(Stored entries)
⁂
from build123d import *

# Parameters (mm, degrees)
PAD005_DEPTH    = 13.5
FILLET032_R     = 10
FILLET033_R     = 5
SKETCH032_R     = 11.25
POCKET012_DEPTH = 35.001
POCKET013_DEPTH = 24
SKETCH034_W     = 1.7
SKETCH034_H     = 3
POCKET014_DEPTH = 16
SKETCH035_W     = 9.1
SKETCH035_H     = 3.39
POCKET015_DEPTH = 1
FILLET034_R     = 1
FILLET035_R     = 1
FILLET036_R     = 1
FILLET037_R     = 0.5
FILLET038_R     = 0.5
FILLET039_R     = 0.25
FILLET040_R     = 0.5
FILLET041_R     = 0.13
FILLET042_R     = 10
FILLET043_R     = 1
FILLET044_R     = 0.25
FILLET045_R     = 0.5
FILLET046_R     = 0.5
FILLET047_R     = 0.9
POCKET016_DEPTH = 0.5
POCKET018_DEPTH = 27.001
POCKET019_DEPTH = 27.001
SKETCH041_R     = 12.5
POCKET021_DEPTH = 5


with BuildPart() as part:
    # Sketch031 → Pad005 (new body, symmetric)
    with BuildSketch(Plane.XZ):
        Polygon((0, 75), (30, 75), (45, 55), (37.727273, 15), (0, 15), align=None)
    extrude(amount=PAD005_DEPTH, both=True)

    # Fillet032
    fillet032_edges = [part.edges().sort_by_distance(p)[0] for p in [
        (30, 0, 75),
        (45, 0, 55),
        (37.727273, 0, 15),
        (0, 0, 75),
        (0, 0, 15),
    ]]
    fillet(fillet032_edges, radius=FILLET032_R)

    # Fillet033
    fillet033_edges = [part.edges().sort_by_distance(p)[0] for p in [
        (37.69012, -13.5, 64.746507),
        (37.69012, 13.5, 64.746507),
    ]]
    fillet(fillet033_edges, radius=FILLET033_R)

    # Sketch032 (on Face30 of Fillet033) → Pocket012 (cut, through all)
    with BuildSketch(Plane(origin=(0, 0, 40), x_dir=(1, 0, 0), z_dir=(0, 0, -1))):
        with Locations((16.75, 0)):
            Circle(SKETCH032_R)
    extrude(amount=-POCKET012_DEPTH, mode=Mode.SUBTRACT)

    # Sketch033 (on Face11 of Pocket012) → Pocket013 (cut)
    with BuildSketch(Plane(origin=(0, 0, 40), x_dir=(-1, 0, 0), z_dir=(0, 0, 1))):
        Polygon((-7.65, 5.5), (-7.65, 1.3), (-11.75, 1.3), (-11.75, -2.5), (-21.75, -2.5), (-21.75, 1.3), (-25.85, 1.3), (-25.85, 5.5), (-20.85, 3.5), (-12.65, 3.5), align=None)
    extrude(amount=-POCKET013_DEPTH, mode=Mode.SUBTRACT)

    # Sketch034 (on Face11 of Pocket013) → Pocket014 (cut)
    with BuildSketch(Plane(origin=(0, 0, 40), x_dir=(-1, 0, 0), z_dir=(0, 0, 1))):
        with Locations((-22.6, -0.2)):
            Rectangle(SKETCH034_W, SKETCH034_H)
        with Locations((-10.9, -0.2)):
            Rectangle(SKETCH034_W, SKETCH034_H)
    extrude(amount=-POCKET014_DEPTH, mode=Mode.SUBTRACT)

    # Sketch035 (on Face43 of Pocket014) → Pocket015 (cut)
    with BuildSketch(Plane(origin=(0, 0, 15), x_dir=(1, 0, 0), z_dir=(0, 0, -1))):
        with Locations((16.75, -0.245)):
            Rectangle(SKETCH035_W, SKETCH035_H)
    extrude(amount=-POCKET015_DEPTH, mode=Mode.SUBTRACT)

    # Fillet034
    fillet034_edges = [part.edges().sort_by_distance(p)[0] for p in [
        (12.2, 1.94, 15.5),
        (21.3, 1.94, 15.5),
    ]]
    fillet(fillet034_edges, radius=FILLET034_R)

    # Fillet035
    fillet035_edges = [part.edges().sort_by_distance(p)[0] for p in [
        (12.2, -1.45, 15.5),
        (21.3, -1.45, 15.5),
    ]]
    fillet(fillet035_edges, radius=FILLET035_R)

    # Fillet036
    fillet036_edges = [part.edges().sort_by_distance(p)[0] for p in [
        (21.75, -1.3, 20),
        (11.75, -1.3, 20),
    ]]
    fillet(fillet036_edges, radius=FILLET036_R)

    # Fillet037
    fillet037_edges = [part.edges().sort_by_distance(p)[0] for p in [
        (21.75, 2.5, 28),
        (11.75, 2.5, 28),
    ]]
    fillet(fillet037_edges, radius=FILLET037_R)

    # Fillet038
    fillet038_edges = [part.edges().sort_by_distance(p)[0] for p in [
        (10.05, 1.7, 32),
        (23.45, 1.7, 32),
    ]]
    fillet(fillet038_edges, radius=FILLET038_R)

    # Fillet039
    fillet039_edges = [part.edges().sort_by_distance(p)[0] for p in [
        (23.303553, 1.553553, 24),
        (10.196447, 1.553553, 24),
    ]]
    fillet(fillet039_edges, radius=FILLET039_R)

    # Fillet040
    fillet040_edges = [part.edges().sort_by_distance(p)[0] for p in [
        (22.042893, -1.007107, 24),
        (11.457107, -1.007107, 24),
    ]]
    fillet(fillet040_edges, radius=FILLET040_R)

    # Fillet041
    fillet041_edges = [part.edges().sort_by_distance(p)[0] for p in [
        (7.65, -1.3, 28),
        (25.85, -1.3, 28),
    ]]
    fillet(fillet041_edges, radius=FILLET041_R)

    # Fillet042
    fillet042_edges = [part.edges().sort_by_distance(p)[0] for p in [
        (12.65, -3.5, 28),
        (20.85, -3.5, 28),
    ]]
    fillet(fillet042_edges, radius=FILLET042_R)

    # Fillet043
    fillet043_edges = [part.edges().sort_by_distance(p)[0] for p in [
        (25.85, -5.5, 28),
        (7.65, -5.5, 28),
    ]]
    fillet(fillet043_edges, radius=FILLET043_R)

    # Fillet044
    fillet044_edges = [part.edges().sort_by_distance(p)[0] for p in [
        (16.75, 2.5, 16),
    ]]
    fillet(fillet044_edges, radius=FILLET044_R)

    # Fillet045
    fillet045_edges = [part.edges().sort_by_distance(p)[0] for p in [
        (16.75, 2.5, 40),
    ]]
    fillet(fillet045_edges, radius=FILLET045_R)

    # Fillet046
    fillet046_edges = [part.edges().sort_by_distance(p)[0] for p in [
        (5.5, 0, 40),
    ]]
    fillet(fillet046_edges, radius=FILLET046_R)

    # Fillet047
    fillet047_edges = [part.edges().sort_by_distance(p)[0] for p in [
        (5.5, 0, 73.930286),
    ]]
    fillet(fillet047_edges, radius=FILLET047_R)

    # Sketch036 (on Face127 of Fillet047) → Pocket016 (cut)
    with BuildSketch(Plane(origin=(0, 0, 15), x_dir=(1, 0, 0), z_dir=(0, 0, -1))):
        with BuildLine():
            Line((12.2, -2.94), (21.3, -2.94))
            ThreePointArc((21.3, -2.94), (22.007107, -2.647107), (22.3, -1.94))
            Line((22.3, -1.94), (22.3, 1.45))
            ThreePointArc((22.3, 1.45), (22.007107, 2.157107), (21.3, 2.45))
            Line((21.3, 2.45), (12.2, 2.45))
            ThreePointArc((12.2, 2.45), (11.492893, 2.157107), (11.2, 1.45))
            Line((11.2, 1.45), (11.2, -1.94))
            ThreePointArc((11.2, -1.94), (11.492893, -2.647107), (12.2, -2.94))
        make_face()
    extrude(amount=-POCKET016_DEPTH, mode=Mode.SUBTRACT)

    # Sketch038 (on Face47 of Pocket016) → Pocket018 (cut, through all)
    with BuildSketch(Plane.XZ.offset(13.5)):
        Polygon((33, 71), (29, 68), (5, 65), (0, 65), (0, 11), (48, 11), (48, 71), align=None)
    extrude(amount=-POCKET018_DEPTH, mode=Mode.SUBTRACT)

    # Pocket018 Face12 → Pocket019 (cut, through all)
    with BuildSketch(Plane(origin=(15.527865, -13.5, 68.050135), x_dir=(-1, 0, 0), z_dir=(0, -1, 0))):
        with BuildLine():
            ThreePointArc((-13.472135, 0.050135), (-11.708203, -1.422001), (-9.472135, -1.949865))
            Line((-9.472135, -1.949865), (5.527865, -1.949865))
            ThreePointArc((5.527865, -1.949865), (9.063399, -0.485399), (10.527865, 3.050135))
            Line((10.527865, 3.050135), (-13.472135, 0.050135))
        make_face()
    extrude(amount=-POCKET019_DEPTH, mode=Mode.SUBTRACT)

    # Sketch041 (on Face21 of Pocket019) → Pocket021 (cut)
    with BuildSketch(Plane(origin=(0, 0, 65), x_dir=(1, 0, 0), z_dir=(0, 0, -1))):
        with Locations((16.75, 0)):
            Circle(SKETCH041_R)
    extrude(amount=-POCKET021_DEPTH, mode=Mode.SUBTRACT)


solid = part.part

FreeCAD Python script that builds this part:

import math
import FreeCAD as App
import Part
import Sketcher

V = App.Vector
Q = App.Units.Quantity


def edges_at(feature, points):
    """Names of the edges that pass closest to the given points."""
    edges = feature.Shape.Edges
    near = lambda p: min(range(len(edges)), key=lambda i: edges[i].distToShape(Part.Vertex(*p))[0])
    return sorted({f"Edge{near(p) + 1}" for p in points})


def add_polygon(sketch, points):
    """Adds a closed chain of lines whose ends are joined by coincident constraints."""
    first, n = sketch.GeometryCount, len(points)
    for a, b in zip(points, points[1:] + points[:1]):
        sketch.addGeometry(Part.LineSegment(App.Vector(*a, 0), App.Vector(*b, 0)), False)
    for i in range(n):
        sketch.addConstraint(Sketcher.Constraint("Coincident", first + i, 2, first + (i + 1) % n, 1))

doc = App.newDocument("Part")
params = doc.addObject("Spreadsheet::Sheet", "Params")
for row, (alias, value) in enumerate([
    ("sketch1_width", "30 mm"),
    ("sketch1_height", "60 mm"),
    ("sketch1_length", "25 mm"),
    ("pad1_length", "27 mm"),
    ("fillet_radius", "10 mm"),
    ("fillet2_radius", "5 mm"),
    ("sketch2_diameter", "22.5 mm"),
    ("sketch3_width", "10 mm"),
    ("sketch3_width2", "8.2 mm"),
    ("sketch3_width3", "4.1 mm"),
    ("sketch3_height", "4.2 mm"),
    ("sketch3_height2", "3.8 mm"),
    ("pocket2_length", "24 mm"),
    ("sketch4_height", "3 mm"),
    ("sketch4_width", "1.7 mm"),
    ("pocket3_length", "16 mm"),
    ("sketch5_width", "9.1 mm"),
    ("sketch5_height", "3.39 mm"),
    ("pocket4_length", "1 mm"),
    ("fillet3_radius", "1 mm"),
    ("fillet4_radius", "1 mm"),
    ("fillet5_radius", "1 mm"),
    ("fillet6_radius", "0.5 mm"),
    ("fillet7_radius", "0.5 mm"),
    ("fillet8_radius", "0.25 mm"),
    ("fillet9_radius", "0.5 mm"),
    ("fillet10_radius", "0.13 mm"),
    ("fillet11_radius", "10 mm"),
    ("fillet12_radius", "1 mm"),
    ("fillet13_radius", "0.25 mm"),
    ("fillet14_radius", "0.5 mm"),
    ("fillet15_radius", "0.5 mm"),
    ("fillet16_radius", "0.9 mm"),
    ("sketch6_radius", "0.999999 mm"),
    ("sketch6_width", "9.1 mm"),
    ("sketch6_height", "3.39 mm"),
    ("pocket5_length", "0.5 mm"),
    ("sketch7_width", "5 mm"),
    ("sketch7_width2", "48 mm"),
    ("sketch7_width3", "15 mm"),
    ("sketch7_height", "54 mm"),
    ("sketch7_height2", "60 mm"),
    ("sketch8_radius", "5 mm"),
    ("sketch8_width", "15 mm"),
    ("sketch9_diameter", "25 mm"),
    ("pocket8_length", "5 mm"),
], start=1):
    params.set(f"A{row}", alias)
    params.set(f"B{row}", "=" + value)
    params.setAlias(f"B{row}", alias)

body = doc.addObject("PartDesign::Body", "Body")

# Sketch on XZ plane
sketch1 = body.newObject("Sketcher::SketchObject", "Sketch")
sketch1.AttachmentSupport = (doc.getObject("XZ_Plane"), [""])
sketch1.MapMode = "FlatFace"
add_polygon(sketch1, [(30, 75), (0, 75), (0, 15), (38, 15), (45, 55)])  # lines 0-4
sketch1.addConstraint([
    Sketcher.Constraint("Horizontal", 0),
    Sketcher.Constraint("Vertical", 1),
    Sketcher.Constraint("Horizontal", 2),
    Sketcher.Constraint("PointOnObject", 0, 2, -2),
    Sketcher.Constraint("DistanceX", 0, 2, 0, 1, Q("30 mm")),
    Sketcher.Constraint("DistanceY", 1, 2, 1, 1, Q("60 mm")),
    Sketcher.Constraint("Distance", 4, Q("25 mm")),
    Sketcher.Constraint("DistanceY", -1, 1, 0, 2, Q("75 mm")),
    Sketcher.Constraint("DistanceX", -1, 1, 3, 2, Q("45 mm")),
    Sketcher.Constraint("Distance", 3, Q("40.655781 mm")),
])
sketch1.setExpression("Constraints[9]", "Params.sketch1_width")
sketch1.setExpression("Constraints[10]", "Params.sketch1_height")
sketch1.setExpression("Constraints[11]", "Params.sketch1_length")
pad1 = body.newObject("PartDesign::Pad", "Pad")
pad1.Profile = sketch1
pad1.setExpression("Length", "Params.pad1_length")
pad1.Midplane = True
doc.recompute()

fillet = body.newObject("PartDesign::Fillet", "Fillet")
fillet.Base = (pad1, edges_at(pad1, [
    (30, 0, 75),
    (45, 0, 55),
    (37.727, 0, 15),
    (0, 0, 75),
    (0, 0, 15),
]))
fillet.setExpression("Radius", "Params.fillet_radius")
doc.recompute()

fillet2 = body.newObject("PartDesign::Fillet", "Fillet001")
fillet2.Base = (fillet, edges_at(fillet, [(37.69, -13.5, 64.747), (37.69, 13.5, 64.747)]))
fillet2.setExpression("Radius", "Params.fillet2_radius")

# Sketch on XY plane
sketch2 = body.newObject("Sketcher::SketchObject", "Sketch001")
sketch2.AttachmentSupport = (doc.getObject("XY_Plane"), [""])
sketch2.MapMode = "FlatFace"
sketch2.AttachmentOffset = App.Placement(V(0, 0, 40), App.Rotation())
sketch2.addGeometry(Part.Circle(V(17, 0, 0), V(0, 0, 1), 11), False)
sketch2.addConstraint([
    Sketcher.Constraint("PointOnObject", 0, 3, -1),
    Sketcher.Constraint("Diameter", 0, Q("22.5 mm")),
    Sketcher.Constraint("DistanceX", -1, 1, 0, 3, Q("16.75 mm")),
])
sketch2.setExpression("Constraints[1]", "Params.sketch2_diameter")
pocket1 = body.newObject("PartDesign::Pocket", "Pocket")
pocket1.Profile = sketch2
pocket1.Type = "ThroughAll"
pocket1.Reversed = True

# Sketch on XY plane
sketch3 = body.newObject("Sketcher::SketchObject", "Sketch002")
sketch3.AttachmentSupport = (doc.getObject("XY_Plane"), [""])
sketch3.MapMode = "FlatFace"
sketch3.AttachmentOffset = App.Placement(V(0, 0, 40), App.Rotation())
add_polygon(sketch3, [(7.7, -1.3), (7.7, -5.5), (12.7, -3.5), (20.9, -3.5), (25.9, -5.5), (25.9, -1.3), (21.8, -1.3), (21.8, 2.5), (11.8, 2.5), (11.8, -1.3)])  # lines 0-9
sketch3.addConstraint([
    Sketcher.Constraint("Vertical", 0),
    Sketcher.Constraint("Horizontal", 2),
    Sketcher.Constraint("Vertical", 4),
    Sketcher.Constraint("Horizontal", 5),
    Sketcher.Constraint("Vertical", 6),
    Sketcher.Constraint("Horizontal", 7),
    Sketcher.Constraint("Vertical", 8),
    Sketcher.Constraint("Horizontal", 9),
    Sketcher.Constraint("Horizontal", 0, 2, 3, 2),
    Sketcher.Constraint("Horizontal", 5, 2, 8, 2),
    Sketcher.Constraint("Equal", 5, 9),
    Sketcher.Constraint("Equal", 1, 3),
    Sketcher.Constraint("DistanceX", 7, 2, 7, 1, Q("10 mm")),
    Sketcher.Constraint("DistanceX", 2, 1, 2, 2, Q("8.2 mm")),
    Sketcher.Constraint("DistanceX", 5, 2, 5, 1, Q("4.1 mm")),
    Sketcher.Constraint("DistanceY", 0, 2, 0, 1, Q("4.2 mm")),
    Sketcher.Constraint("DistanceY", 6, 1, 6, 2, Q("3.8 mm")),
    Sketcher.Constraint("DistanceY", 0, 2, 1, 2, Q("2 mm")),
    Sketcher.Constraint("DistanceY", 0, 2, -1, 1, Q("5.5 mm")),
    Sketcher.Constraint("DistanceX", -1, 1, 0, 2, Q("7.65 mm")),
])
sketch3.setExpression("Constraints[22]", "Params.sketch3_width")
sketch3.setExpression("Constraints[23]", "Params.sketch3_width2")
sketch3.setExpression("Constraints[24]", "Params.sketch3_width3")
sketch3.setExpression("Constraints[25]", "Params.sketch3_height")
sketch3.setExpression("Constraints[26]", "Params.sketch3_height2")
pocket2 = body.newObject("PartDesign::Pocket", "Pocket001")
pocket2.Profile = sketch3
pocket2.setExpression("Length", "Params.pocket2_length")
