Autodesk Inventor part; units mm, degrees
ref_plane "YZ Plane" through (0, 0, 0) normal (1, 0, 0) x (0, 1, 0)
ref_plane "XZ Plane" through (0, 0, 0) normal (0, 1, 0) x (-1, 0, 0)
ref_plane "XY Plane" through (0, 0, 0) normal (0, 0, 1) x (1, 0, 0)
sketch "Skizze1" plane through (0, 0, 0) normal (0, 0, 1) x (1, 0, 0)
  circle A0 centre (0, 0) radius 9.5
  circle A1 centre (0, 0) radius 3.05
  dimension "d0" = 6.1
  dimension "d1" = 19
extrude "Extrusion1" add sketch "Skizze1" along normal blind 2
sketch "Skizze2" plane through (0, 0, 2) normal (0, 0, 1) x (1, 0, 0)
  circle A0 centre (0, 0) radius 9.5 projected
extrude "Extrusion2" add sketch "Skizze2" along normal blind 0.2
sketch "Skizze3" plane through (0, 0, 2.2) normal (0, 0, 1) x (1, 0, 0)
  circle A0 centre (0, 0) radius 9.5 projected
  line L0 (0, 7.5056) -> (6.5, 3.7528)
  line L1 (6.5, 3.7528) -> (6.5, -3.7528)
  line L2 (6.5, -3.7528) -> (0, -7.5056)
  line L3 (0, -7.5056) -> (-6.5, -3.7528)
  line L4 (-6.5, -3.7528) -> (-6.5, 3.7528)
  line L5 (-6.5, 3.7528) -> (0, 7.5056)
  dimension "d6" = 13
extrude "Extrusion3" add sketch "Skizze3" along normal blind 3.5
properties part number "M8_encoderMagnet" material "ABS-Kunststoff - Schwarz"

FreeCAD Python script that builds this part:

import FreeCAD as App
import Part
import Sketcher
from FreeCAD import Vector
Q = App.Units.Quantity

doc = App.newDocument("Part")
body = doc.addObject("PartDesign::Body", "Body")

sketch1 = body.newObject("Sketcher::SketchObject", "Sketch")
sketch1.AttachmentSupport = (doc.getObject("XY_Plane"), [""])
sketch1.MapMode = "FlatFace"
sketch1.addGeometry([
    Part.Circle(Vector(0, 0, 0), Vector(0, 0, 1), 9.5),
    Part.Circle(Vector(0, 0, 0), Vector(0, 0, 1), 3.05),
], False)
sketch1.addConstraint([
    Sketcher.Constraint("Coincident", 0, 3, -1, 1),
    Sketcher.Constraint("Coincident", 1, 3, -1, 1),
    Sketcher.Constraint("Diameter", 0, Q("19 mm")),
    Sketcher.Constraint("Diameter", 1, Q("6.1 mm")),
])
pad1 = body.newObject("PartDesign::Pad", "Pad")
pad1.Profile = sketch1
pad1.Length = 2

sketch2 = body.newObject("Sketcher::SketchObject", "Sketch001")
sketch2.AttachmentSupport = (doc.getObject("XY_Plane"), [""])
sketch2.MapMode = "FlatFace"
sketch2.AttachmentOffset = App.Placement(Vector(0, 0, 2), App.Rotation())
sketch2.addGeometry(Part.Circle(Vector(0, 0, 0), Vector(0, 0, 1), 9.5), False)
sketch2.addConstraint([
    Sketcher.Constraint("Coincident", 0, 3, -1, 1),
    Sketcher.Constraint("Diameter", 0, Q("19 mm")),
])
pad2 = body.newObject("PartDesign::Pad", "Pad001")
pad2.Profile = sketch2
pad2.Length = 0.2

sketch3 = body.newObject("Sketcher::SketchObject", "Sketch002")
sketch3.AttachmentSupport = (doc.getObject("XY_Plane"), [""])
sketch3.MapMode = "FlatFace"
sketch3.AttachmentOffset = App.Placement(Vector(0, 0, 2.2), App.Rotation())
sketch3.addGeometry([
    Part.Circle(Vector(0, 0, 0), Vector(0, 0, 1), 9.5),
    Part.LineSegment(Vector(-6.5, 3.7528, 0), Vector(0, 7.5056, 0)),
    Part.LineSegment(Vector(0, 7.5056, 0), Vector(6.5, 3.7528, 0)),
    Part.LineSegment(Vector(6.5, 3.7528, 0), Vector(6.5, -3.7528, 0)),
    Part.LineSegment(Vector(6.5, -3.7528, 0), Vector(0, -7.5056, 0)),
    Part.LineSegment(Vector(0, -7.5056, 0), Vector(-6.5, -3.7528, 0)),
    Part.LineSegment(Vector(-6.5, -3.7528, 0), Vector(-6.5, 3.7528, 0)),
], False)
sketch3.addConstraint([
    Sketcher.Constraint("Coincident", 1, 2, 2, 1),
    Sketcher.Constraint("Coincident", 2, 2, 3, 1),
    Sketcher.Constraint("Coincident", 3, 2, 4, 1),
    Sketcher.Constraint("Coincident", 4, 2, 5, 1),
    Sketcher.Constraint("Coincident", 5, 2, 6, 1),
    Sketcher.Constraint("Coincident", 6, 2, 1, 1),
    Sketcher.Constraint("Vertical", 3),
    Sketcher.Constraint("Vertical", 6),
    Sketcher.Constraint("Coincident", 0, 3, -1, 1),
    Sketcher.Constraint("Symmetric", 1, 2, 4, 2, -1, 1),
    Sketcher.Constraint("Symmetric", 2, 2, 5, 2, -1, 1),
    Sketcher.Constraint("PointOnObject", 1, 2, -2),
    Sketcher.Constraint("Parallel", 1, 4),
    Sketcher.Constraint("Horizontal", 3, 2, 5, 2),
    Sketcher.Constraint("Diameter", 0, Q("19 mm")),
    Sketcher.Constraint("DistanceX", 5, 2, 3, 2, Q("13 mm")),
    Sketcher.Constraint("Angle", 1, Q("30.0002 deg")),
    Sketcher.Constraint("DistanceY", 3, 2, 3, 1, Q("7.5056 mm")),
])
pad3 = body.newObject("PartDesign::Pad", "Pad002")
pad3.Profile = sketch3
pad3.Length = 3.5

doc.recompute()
⁂
Work order: Above are several records. Count the lines among them that contain "dimension" and give only the total.

Finished exercise: 3